[Saved entries]
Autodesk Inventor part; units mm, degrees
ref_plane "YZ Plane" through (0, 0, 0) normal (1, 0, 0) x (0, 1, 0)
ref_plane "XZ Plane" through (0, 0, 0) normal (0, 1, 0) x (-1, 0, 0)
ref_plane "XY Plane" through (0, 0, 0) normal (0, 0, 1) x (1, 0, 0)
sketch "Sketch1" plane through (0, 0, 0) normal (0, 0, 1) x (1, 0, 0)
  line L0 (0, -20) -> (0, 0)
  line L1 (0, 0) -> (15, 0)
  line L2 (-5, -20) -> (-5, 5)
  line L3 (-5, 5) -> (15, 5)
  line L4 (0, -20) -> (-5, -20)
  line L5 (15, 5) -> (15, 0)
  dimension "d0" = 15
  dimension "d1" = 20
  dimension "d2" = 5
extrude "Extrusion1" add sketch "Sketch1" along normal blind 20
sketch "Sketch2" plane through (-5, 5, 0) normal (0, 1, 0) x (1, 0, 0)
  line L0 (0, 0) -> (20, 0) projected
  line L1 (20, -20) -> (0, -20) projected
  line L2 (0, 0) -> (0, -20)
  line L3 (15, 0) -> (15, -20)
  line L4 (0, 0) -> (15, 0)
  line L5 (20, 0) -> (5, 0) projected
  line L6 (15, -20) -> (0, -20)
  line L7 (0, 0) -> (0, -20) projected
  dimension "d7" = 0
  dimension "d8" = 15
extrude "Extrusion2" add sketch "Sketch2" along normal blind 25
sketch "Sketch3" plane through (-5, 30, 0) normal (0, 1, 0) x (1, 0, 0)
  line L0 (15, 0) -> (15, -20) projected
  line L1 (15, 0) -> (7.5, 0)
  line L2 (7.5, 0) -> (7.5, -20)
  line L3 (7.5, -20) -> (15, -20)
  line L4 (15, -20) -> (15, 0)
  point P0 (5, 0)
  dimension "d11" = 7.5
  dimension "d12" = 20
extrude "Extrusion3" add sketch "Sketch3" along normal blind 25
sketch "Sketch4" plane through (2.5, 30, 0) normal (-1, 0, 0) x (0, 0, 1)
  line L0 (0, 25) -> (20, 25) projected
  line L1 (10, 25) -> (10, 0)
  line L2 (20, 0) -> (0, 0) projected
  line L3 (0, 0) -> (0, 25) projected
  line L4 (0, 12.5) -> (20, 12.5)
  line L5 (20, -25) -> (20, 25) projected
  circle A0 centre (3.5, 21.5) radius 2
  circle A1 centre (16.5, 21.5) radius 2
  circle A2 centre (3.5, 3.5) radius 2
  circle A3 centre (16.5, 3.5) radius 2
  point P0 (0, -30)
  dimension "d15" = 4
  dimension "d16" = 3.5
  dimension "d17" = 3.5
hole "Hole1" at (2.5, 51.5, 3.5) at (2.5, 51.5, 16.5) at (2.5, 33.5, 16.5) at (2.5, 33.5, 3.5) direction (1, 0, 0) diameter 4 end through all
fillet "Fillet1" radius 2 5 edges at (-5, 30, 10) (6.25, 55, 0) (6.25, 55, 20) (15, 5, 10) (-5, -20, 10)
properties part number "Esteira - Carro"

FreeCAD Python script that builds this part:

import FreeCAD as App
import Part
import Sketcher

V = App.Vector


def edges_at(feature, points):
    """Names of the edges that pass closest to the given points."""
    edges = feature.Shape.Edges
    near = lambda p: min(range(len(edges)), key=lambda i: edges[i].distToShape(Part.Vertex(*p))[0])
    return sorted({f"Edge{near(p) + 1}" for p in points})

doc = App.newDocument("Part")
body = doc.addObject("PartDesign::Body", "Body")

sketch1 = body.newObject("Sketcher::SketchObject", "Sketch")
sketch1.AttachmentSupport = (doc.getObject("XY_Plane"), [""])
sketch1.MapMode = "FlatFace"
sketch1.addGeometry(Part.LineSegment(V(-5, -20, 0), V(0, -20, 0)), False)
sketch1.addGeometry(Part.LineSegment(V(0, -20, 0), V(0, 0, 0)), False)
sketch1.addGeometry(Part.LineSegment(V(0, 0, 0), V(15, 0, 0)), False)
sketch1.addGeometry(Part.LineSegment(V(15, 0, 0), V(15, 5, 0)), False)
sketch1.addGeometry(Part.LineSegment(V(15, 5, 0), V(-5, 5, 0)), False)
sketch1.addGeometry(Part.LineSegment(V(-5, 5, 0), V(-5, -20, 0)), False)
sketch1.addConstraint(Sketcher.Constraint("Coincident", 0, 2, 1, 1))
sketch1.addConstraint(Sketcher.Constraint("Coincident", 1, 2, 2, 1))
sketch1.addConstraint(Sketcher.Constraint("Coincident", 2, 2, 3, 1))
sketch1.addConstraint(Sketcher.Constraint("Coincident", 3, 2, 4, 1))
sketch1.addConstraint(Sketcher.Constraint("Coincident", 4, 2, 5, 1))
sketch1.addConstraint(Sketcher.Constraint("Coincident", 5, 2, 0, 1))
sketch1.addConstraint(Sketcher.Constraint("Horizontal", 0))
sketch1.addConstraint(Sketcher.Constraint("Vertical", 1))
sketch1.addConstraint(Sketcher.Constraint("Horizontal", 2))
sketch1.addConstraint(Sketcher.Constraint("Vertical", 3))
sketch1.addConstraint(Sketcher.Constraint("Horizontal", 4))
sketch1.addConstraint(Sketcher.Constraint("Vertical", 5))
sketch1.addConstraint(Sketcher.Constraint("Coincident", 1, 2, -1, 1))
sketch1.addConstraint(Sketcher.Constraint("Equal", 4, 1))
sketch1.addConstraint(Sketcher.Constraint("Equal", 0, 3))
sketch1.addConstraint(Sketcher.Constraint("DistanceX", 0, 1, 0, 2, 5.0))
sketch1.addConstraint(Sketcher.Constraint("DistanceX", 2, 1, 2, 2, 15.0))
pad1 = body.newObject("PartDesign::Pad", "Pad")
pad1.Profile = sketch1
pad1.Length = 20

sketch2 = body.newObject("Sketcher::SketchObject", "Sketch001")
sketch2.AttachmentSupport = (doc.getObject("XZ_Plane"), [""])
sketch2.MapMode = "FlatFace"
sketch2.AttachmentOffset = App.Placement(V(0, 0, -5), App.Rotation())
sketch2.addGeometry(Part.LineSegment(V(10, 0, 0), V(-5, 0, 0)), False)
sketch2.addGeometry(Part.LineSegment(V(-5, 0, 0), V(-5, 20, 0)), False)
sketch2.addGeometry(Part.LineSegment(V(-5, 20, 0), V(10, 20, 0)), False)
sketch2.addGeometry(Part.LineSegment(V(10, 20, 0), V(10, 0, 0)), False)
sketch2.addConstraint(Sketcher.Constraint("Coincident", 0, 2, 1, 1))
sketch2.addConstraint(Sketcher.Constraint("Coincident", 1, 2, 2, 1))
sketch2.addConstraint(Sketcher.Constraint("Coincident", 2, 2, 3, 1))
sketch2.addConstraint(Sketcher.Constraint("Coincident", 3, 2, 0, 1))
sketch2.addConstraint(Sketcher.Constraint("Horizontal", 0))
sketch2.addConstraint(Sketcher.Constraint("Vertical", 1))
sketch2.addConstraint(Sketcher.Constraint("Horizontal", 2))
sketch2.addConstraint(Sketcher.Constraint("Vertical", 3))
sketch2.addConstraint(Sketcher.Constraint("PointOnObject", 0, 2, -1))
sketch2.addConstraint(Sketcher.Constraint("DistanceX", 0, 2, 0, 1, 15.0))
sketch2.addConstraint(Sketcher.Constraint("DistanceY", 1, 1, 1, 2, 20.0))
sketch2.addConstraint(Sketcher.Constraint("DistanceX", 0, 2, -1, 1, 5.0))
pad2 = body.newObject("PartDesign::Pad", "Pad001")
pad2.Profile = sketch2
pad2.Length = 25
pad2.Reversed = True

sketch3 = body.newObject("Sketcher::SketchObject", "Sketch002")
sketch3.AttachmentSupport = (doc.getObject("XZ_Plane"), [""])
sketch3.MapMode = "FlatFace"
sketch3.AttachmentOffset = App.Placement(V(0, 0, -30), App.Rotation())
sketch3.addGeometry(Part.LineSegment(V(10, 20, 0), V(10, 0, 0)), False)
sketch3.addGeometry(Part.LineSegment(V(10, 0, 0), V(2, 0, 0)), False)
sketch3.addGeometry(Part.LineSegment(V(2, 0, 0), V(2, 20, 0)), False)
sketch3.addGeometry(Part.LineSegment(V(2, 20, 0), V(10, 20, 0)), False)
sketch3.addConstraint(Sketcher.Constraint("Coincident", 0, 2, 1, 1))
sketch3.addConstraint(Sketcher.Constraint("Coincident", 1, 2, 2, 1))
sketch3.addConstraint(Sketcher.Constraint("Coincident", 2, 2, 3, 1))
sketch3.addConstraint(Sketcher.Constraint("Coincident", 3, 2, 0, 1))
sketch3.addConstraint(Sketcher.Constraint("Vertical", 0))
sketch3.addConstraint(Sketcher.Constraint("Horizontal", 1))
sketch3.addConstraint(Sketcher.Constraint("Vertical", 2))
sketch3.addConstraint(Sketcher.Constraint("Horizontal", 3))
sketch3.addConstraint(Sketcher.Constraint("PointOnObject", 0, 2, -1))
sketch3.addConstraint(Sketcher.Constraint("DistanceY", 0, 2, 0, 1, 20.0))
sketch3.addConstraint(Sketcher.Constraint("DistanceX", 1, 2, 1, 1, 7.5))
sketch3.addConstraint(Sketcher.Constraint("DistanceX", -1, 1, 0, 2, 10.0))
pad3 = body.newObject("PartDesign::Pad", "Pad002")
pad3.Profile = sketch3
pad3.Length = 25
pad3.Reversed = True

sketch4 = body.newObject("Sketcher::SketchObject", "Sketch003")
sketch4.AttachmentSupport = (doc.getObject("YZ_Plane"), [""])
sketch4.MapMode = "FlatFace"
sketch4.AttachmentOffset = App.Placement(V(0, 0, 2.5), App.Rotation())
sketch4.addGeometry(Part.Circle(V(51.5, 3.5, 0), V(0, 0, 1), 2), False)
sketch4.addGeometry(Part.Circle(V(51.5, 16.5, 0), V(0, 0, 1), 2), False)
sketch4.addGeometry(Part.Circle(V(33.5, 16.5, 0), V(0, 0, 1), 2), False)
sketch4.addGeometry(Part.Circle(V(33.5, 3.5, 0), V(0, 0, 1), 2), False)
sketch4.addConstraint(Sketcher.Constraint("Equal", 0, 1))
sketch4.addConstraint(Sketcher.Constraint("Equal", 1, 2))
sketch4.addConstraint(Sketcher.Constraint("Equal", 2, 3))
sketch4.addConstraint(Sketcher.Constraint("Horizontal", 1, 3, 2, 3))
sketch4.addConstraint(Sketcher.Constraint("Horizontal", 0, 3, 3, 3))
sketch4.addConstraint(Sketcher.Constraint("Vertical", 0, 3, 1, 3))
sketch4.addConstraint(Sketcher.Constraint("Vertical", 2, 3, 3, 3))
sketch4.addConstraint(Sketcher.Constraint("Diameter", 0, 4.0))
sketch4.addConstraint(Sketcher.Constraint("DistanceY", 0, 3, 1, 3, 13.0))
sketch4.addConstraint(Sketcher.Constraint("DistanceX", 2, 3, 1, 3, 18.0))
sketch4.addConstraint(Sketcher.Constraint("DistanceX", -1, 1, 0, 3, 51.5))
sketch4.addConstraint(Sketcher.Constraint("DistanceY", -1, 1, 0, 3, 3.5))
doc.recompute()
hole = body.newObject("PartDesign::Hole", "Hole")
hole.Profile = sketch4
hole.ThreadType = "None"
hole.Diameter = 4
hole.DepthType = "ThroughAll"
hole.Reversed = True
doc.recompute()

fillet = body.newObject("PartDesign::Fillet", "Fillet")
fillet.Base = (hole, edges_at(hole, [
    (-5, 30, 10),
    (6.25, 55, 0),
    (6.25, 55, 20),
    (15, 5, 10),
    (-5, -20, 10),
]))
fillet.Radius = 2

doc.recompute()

---

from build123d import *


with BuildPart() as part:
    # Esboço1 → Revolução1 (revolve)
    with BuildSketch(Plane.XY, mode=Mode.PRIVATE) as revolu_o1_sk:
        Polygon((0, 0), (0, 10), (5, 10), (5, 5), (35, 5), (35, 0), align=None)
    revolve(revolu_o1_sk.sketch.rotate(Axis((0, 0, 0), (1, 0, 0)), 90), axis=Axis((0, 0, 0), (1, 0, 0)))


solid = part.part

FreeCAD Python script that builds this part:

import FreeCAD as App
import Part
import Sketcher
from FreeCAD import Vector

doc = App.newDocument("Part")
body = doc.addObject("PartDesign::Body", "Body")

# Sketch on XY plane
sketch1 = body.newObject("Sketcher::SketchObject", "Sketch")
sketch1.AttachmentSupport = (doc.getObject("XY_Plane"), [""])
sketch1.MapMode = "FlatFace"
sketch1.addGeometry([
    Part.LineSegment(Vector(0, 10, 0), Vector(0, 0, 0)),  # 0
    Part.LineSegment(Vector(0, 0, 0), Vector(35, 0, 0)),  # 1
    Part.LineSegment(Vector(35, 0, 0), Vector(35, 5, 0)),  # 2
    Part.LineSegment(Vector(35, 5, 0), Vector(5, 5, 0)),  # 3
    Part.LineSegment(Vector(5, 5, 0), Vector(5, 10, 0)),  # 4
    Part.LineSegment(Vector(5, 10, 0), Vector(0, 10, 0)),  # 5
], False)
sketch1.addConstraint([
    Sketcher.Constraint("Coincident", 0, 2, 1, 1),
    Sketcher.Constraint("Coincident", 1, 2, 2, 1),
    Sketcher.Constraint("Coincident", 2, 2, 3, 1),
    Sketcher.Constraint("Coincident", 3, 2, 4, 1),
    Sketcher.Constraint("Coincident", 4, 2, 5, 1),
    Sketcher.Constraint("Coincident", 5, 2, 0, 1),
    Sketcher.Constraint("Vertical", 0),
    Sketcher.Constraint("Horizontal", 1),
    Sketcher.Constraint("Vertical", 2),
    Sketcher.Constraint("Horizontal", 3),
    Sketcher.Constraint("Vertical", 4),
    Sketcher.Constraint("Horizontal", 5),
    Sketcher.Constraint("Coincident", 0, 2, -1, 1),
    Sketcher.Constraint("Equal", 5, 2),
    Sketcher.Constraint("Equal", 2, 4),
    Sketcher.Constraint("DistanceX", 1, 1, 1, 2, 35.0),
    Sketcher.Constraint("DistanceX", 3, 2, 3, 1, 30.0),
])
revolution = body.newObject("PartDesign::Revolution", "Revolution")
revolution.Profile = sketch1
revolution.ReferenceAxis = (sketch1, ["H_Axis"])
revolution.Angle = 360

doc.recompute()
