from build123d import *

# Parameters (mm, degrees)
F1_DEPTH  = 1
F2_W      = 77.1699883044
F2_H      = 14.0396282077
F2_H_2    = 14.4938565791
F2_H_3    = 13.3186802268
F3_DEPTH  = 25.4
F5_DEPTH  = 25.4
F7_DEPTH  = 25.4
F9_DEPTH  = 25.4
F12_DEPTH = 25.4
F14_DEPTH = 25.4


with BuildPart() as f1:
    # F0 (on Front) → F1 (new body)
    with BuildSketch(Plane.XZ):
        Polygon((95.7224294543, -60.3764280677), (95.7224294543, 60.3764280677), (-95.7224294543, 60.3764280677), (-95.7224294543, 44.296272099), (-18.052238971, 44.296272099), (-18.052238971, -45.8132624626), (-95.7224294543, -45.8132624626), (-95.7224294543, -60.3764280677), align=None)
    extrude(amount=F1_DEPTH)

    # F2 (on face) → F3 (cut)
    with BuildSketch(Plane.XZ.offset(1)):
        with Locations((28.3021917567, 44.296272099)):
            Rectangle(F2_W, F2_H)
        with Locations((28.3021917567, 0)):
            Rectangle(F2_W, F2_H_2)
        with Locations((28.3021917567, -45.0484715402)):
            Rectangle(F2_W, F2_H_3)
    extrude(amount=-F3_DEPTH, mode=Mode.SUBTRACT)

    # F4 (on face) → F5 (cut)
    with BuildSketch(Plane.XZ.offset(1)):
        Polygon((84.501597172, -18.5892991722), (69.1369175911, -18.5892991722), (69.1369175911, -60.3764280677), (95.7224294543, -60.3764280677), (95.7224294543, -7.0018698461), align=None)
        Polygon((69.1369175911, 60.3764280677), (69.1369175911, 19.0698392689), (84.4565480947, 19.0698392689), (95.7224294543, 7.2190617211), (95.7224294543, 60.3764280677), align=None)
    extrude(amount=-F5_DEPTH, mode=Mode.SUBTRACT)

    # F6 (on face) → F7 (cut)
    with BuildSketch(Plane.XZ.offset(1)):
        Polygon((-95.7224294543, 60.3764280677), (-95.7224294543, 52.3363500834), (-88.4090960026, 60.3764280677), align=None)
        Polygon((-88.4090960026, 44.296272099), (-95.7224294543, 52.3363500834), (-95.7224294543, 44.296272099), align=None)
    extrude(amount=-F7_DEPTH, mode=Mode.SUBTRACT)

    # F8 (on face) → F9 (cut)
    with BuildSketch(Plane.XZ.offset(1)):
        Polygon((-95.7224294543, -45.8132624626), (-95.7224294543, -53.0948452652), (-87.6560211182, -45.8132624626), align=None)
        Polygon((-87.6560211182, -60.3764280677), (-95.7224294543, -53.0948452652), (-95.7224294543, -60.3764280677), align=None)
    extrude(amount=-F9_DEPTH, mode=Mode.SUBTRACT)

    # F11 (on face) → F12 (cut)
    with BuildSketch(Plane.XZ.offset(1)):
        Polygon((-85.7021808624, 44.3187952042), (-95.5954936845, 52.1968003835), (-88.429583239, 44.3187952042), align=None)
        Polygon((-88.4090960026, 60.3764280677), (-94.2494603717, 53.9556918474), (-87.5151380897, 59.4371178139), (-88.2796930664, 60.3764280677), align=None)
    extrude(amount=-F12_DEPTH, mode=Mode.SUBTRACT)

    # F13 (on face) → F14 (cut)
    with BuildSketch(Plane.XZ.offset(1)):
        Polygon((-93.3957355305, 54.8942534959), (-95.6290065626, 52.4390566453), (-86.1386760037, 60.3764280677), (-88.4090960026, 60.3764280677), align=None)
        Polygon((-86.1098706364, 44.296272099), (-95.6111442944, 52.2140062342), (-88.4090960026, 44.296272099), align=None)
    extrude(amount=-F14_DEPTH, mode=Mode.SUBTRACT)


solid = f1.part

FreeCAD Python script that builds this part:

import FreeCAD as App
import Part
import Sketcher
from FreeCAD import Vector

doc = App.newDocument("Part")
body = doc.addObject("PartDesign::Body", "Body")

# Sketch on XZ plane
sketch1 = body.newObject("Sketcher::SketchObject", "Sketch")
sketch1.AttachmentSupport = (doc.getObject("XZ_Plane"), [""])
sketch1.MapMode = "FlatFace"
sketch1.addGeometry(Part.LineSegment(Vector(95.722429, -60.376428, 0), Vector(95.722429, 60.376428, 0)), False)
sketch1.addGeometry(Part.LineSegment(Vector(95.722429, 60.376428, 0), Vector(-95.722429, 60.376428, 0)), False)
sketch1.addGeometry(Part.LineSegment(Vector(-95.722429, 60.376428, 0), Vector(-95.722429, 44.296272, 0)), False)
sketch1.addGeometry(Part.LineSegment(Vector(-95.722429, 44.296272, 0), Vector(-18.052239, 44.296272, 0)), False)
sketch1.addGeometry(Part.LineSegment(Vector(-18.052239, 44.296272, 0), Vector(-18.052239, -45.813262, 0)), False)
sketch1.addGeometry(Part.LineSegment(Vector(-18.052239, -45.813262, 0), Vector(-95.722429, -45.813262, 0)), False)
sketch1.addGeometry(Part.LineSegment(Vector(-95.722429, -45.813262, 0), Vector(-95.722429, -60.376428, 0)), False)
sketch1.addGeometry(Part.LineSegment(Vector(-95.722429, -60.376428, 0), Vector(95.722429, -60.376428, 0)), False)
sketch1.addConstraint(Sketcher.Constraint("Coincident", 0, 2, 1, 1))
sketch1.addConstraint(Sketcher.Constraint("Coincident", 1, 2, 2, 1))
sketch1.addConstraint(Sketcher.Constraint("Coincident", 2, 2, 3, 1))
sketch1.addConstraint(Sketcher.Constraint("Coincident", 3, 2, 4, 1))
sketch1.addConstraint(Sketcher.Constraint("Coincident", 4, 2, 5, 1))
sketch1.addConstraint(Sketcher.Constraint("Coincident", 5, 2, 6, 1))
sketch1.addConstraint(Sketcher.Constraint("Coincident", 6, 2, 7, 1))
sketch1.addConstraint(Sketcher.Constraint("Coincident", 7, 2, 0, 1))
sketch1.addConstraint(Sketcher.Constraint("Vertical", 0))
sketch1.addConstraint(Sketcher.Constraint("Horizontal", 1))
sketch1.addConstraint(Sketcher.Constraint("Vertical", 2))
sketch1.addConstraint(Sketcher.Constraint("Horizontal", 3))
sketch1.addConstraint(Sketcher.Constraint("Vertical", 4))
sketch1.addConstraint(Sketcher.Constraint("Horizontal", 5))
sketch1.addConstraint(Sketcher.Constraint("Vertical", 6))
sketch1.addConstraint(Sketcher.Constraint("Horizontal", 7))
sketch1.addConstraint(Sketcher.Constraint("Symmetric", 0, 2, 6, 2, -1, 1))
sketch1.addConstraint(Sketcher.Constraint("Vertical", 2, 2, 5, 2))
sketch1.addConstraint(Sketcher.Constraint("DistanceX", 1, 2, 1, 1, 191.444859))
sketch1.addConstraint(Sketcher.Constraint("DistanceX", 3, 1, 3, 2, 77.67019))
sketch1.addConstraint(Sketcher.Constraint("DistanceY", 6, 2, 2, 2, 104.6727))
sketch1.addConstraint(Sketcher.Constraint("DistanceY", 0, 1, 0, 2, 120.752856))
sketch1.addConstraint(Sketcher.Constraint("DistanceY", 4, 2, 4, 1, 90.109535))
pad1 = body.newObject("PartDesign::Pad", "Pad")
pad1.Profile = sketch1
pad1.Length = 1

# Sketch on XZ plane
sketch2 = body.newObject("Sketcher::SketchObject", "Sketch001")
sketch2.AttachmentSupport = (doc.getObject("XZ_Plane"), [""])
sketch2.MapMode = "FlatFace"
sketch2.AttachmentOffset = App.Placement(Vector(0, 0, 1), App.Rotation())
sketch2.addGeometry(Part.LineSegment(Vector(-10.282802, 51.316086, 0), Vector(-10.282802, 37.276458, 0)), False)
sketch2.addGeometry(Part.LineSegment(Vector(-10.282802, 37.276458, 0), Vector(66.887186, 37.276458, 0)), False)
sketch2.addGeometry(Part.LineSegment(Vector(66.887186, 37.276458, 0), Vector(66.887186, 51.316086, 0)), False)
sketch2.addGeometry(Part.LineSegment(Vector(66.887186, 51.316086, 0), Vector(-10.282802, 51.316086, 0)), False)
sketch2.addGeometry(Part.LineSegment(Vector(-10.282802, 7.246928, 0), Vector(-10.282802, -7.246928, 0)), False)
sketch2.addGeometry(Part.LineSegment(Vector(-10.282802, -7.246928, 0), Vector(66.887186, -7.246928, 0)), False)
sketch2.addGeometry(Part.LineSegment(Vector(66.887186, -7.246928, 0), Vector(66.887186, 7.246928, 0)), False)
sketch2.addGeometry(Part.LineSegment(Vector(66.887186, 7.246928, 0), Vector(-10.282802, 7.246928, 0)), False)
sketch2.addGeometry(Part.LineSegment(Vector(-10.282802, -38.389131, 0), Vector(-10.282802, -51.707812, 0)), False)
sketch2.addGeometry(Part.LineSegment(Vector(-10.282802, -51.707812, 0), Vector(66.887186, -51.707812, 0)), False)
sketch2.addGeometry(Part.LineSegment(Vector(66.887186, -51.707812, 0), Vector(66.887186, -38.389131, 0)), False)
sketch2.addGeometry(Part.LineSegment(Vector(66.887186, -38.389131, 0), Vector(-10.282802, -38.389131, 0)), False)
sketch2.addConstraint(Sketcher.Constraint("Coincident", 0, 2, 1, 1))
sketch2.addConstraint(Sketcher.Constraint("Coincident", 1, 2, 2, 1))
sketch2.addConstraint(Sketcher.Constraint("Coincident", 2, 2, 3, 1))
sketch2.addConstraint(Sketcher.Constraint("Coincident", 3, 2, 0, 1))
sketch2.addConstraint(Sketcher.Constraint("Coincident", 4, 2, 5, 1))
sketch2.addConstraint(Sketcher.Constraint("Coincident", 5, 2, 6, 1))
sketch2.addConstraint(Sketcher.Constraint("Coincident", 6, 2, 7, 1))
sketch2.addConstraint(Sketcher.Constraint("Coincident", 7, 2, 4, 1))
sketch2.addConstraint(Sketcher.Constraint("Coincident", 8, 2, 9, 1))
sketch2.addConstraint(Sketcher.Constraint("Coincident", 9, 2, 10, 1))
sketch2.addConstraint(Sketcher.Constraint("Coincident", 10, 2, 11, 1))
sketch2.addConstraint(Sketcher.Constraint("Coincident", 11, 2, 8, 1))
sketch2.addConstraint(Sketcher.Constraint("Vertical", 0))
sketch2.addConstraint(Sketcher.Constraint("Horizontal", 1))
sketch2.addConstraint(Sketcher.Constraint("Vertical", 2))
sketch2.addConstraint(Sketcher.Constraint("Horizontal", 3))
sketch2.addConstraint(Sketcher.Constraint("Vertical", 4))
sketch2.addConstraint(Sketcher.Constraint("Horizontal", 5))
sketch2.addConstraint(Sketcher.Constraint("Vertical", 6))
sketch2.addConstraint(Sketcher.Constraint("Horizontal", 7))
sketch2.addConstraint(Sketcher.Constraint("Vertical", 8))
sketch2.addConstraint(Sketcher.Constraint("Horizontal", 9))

> [WORK TO BE COMPLETED] Please give the number of lines in the data above that contain the word "blind", with nothing else.

> [FINISHED TASK] 3